> _WHAT THE TASK ASKS_
Filter on the word "setExpression": copy each matching line from the listing below.
---------- MATERIAL FOR THIS EXERCISE ----------
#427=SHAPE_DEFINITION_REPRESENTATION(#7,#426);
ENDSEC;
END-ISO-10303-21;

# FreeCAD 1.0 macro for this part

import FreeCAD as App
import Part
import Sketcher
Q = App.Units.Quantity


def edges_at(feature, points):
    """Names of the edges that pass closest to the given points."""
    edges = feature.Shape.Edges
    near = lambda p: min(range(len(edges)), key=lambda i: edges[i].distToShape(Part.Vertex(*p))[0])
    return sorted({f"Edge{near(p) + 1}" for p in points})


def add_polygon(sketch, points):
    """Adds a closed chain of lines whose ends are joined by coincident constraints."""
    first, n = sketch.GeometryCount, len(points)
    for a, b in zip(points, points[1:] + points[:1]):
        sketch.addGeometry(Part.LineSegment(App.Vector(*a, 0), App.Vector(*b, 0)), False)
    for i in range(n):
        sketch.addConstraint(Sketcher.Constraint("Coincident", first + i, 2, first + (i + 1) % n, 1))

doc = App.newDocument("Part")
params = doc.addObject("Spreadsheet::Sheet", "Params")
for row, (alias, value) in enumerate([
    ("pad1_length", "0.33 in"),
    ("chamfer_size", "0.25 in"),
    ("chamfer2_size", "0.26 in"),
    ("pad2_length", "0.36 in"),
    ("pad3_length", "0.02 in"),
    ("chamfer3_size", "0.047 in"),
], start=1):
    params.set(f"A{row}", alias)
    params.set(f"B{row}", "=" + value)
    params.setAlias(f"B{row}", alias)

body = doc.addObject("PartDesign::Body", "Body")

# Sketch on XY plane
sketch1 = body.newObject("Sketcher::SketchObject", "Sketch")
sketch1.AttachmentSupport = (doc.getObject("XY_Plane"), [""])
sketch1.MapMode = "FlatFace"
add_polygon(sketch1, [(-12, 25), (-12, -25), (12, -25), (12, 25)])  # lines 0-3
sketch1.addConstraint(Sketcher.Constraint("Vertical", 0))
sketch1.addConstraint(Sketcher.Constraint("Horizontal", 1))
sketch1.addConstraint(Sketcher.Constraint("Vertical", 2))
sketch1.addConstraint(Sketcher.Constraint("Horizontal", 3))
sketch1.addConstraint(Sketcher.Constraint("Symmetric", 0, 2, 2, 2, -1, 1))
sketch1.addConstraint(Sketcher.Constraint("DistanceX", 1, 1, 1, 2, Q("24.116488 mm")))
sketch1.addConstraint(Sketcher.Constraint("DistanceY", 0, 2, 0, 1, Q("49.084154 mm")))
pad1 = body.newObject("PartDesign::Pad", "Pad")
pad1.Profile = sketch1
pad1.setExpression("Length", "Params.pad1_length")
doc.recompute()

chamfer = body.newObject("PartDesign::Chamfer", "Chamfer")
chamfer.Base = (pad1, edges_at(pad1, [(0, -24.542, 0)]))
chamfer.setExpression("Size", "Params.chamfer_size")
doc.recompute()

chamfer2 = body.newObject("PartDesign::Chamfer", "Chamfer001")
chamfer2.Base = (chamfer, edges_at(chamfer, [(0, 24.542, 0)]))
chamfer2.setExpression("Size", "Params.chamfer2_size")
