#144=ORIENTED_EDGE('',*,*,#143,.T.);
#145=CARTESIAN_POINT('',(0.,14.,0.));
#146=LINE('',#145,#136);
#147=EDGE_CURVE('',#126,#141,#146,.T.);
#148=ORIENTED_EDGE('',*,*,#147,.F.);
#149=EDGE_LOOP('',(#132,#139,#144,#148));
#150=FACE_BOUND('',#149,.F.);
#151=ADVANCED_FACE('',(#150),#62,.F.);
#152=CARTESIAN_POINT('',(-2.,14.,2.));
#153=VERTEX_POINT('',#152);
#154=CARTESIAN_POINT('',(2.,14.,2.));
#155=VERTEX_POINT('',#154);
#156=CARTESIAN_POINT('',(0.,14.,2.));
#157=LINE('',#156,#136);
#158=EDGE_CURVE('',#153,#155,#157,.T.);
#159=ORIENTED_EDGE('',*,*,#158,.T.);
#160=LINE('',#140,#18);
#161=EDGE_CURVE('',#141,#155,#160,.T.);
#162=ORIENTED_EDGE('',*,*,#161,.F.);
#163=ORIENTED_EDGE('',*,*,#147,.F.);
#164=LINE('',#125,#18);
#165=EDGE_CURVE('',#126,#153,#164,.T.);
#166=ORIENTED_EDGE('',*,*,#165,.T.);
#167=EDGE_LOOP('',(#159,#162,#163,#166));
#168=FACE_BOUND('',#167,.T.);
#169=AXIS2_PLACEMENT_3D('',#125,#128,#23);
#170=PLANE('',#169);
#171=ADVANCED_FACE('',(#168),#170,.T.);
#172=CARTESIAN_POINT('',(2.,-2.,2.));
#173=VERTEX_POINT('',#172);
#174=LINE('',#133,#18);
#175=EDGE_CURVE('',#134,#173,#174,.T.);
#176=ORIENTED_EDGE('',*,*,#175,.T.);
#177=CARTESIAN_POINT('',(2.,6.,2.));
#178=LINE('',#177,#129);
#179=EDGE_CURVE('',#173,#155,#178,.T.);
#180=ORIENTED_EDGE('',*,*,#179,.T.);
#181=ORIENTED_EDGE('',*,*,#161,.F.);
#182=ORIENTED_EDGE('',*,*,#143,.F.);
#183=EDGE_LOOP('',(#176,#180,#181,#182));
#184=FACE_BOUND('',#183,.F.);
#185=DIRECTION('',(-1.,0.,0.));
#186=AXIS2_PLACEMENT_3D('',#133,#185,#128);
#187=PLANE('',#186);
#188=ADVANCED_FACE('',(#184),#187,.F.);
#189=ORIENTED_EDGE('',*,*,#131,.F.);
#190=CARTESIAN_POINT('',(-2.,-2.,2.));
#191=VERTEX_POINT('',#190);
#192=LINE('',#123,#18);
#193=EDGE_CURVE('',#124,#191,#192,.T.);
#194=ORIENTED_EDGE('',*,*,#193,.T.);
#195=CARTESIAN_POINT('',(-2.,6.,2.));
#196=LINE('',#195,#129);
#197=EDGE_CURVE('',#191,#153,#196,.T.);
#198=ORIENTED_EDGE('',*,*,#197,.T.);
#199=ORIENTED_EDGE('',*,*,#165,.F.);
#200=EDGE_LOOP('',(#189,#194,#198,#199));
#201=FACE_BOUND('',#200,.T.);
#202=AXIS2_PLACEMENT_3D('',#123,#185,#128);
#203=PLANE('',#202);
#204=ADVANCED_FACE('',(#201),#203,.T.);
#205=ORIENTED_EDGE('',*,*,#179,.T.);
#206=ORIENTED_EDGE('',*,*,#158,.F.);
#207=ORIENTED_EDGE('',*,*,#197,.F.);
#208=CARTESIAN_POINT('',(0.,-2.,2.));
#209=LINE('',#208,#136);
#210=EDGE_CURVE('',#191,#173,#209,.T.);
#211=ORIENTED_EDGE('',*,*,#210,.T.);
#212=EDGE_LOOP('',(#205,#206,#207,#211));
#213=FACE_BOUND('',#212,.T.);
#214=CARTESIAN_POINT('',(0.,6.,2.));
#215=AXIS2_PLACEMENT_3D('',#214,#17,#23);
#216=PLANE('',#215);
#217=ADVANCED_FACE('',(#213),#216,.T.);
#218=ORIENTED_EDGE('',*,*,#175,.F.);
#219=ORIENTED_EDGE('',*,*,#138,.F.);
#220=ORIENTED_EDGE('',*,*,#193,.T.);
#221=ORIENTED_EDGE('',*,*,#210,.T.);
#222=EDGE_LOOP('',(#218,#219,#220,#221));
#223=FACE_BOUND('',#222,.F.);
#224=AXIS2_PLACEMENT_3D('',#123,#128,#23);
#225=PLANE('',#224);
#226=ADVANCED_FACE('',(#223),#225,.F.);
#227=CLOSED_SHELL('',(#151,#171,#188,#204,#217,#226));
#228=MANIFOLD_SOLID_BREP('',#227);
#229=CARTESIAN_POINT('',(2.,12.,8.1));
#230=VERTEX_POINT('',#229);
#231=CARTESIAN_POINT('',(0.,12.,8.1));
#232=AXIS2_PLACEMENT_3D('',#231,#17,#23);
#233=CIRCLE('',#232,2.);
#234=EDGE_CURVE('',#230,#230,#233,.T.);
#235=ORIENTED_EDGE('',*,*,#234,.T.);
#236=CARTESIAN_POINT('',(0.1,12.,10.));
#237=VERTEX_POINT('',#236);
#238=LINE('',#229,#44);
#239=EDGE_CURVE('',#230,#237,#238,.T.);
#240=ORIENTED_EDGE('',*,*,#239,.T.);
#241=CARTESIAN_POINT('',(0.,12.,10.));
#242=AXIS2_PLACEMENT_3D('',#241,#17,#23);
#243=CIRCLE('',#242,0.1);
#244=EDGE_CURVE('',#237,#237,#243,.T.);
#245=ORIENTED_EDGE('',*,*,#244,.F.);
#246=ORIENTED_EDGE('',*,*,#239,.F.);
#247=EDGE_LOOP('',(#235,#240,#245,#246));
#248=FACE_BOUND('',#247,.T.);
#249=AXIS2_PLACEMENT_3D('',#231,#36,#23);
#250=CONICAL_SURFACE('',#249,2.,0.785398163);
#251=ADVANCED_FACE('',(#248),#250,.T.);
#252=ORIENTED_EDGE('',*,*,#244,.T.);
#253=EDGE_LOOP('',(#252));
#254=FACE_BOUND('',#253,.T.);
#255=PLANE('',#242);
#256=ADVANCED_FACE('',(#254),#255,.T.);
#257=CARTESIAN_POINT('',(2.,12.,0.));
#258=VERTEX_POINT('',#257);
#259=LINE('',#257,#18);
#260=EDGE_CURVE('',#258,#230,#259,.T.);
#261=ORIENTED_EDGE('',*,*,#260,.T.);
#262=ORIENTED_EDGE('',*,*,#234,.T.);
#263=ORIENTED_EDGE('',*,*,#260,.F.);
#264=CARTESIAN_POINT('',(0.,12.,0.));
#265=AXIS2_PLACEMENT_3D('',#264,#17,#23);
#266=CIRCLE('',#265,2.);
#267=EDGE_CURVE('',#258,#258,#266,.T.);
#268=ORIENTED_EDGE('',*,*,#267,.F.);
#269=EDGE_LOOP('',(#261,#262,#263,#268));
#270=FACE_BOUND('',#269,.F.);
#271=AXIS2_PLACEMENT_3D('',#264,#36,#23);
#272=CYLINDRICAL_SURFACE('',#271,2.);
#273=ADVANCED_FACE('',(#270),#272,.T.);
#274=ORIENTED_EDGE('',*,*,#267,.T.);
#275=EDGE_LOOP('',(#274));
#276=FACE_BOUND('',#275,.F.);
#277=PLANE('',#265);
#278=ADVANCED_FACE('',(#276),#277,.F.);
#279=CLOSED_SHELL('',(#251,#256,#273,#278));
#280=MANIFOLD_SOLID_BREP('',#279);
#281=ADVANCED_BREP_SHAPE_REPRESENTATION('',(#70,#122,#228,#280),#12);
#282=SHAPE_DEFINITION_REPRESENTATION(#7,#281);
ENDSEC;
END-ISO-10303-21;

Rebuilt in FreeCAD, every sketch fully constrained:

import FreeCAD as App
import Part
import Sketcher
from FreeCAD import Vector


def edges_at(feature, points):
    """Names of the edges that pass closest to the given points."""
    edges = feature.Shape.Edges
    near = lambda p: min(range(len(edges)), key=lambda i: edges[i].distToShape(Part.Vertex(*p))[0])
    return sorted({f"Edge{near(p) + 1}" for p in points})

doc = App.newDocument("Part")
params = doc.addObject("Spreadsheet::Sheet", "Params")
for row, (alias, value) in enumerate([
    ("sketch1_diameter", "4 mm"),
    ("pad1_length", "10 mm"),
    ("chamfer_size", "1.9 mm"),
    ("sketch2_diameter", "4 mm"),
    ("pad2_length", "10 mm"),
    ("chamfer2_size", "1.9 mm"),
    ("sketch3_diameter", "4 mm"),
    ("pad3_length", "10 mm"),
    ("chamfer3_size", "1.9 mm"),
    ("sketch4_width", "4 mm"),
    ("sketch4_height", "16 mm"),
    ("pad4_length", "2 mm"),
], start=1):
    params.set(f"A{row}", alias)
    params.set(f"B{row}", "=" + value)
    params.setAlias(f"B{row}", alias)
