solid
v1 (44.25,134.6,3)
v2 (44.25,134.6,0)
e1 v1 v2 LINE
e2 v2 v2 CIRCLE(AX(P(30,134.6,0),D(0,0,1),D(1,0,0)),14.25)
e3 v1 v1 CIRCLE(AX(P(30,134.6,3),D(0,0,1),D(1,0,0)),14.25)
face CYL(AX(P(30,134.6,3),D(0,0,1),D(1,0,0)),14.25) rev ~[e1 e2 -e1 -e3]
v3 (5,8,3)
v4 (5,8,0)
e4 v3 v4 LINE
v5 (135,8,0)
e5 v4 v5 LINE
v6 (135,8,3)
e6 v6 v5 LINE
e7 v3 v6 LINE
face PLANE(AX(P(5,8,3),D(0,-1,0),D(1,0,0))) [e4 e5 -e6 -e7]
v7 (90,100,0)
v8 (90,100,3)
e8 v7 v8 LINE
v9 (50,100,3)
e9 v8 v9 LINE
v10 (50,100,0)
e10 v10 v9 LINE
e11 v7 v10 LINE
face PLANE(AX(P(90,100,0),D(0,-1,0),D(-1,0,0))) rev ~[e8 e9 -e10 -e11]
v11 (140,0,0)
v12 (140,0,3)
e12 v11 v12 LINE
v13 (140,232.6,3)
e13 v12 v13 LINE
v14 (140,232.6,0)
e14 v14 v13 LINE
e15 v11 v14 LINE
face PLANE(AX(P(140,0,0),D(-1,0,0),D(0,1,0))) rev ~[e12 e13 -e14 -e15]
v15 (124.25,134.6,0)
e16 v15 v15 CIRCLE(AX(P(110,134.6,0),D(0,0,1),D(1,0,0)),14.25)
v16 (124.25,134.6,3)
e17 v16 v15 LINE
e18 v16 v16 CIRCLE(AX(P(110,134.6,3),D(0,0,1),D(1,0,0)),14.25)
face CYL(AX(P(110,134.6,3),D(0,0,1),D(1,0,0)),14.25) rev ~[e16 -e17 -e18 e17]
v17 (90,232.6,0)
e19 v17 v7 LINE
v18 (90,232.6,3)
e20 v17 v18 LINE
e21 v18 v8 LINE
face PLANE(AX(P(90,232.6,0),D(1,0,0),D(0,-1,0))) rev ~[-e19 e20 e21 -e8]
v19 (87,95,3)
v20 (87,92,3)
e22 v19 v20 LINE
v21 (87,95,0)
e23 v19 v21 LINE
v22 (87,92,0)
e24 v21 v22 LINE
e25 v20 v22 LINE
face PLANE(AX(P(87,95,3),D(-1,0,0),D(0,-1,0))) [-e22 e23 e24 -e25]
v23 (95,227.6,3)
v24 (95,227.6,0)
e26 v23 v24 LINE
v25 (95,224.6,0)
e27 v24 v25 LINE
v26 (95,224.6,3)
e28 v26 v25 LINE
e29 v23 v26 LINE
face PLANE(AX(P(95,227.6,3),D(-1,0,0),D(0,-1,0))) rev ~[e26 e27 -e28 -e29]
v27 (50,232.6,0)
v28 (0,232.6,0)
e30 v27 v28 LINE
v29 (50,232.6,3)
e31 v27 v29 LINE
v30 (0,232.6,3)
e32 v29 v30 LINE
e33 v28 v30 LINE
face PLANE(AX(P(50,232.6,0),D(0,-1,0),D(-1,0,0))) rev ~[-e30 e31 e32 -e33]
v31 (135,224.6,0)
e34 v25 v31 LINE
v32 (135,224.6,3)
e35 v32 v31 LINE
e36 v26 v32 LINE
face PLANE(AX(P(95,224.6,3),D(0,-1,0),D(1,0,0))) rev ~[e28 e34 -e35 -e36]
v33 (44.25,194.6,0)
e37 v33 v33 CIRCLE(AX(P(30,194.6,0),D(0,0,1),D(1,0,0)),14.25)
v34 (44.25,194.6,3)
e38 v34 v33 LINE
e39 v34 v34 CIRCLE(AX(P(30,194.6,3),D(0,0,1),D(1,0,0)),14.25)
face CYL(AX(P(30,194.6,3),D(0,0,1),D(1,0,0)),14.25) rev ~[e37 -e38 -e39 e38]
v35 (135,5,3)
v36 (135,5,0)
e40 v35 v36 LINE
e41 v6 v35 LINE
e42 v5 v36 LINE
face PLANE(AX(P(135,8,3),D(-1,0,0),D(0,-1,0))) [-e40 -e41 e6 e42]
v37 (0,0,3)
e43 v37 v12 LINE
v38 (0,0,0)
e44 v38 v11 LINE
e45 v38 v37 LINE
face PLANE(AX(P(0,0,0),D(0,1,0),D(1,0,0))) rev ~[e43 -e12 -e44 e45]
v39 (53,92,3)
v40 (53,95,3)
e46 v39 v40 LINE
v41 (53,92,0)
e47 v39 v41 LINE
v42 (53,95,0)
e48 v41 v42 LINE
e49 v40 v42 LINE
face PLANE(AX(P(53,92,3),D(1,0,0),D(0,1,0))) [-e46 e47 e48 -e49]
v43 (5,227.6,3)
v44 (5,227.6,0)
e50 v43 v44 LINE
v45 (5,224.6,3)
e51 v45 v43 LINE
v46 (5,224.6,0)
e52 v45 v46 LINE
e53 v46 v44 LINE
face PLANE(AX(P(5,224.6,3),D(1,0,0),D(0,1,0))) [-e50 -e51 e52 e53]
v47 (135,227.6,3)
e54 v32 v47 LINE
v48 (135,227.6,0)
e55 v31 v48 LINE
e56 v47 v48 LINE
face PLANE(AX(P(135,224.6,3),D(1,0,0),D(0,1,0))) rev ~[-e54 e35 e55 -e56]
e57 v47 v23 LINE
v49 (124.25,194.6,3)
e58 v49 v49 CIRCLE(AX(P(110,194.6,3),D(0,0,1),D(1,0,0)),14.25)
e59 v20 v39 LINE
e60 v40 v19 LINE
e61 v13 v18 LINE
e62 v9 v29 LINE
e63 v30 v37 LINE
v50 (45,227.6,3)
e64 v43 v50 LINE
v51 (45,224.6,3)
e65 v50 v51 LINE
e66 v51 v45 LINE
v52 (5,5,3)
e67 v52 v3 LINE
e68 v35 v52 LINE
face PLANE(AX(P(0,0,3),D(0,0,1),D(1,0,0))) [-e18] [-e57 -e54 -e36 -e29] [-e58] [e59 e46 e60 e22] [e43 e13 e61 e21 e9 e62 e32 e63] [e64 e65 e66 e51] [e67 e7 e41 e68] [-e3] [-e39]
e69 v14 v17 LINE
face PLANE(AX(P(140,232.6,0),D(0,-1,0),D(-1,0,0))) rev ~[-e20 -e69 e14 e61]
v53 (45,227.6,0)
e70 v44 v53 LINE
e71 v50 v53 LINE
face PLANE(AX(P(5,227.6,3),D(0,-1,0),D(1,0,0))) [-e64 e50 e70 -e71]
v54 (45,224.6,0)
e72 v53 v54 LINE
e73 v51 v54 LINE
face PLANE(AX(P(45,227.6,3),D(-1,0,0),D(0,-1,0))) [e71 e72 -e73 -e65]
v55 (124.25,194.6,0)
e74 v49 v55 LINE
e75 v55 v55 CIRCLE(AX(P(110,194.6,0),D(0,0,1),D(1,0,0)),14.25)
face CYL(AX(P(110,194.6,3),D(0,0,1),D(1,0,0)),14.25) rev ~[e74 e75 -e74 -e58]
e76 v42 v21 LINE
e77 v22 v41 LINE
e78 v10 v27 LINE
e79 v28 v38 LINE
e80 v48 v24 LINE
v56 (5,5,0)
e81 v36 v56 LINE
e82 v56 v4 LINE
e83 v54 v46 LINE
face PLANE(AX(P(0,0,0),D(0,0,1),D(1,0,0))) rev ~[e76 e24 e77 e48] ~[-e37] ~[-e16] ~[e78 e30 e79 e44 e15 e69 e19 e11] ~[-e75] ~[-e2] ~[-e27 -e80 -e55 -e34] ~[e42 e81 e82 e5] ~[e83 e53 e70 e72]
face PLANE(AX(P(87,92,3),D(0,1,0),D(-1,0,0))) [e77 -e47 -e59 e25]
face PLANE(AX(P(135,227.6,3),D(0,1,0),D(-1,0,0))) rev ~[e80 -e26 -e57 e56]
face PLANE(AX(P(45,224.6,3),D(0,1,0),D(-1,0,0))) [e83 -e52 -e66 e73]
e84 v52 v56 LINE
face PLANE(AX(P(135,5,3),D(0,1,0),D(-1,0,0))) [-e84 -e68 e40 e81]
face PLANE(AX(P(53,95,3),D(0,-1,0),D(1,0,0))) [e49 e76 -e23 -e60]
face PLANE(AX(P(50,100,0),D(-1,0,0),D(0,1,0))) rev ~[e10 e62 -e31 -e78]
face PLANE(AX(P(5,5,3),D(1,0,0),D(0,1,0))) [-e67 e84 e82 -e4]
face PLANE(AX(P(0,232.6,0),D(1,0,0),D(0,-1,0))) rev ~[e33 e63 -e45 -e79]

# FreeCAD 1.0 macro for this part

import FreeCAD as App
import Part
import Sketcher
from FreeCAD import Vector
Q = App.Units.Quantity


def add_polygon(sketch, points):
    """Adds a closed chain of lines whose ends are joined by coincident constraints."""
    first, n = sketch.GeometryCount, len(points)
    for a, b in zip(points, points[1:] + points[:1]):
        sketch.addGeometry(Part.LineSegment(App.Vector(*a, 0), App.Vector(*b, 0)), False)
    for i in range(n):
        sketch.addConstraint(Sketcher.Constraint("Coincident", first + i, 2, first + (i + 1) % n, 1))

doc = App.newDocument("Part")
body = doc.addObject("PartDesign::Body", "Body")

sketch1 = doc.addObject("Sketcher::SketchObject", "Sketch")
body.addObject(sketch1)
sketch1.AttachmentSupport = (doc.XY_Plane, [""])
sketch1.MapMode = "FlatFace"
add_polygon(sketch1, [(0, 233), (0, 0), (140, 0), (140, 233), (90, 233), (90, 100), (50, 100), (50, 233)])
sketch1.addConstraint([
    Sketcher.Constraint("Vertical", 0),
    Sketcher.Constraint("Horizontal", 1),
    Sketcher.Constraint("Vertical", 2),
    Sketcher.Constraint("Horizontal", 3),
    Sketcher.Constraint("Vertical", 4),
    Sketcher.Constraint("Horizontal", 5),
    Sketcher.Constraint("Vertical", 6),
    Sketcher.Constraint("Horizontal", 7),
    Sketcher.Constraint("Coincident", 0, 2, -1, 1),
    Sketcher.Constraint("Horizontal", 3, 2, 6, 2),
    Sketcher.Constraint("Equal", 3, 7),
    Sketcher.Constraint("DistanceX", 3, 2, 3, 1, Q("50 mm")),
    Sketcher.Constraint("DistanceX", 5, 2, 5, 1, Q("40 mm")),
    Sketcher.Constraint("DistanceY", 4, 2, 4, 1, Q("132.6 mm")),
    Sketcher.Constraint("DistanceY", -1, 1, 4, 2, Q("100 mm")),
])
pad1 = doc.addObject("PartDesign::Pad", "Pad")
body.addObject(pad1)
pad1.Profile = sketch1
pad1.Length = 3

sketch2 = doc.addObject("Sketcher::SketchObject", "Sketch001")
body.addObject(sketch2)
sketch2.AttachmentSupport = (doc.XY_Plane, [""])
sketch2.MapMode = "FlatFace"
sketch2.AttachmentOffset = App.Placement(Vector(0, 0, 3), App.Rotation())
sketch2.addGeometry([
    Part.Circle(Vector(30, 195, 0), Vector(0, 0, 1), 14),
    Part.Circle(Vector(30, 135, 0), Vector(0, 0, 1), 14),
    Part.Circle(Vector(110, 195, 0), Vector(0, 0, 1), 14),
    Part.Circle(Vector(110, 135, 0), Vector(0, 0, 1), 14),
], False)
sketch2.addConstraint([
    Sketcher.Constraint("Equal", 0, 1),
    Sketcher.Constraint("Equal", 1, 2),
    Sketcher.Constraint("Equal", 2, 3),
    Sketcher.Constraint("Horizontal", 0, 3, 2, 3),
    Sketcher.Constraint("Horizontal", 1, 3, 3, 3),
    Sketcher.Constraint("Vertical", 0, 3, 1, 3),
    Sketcher.Constraint("Vertical", 2, 3, 3, 3),
    Sketcher.Constraint("Diameter", 0, Q("28.5 mm")),
    Sketcher.Constraint("DistanceX", -1, 1, 0, 3, Q("30 mm")),
    Sketcher.Constraint("DistanceY", 1, 3, 0, 3, Q("60 mm")),
    Sketcher.Constraint("DistanceX", -1, 1, 2, 3, Q("110 mm")),
    Sketcher.Constraint("DistanceY", -1, 1, 0, 3, Q("194.6 mm")),
])
pocket1 = doc.addObject("PartDesign::Pocket", "Pocket")
body.addObject(pocket1)
pocket1.Profile = sketch2
pocket1.Length = 10

sketch3 = doc.addObject("Sketcher::SketchObject", "Sketch002")
body.addObject(sketch3)
sketch3.AttachmentSupport = (doc.XY_Plane, [""])
sketch3.MapMode = "FlatFace"
sketch3.AttachmentOffset = App.Placement(Vector(0, 0, 3), App.Rotation())
add_polygon(sketch3, [(45, 227.6), (5, 227.6), (5, 224.6), (45, 224.6)])
add_polygon(sketch3, [(87, 95), (53, 95), (53, 92), (87, 92)])
add_polygon(sketch3, [(135, 8), (5, 8), (5, 5), (135, 5)])
add_polygon(sketch3, [(135, 224.6), (135, 227.6), (95, 227.6), (95, 224.6)])
sketch3.addConstraint([
    Sketcher.Constraint("Horizontal", 0),
    Sketcher.Constraint("Vertical", 1),
    Sketcher.Constraint("Horizontal", 2),
    Sketcher.Constraint("Vertical", 3),
    Sketcher.Constraint("Horizontal", 4),
    Sketcher.Constraint("Vertical", 5),
    Sketcher.Constraint("Horizontal", 6),
    Sketcher.Constraint("Vertical", 7),
    Sketcher.Constraint("Horizontal", 8),
    Sketcher.Constraint("Vertical", 9),
    Sketcher.Constraint("Horizontal", 10),
    Sketcher.Constraint("Vertical", 11),
    Sketcher.Constraint("Vertical", 12),
    Sketcher.Constraint("Horizontal", 13),
    Sketcher.Constraint("Vertical", 14),
    Sketcher.Constraint("Horizontal", 15),
    Sketcher.Constraint("Horizontal", 3, 2, 12, 2),
    Sketcher.Constraint("Horizontal", 2, 2, 14, 2),
    Sketcher.Constraint("Vertical", 1, 2, 8, 2),
    Sketcher.Constraint("Vertical", 11, 2, 12, 2),
    Sketcher.Constraint("Equal", 2, 13),
    Sketcher.Constraint("Equal", 3, 5),
    Sketcher.Constraint("Equal", 7, 9),
    Sketcher.Constraint("DistanceY", 1, 2, 1, 1, Q("3 mm")),
    Sketcher.Constraint("DistanceX", -1, 1, 0, 2, Q("5 mm")),
    Sketcher.Constraint("DistanceY", -1, 1, 9, 2, Q("5 mm")),
    Sketcher.Constraint("DistanceX", 0, 2, 0, 1, Q("40 mm")),
    Sketcher.Constraint("DistanceX", 4, 2, 4, 1, Q("34 mm")),
    Sketcher.Constraint("DistanceX", 8, 2, 8, 1, Q("130 mm")),
    Sketcher.Constraint("DistanceX", -1, 1, 4, 2, Q("53 mm")),
    Sketcher.Constraint("DistanceY", -1, 1, 4, 2, Q("95 mm")),
    Sketcher.Constraint("DistanceY", -1, 1, 0, 2, Q("227.6 mm")),
])
pocket2 = doc.addObject("PartDesign::Pocket", "Pocket001")
body.addObject(pocket2)
pocket2.Profile = sketch3
pocket2.Length = 10

doc.recompute()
----------
> _ANSWER SECTION_
pad1.setExpression("Length", "Params.pad1_length")
chamfer.setExpression("Size", "Params.chamfer_size")
chamfer2.setExpression("Size", "Params.chamfer2_size")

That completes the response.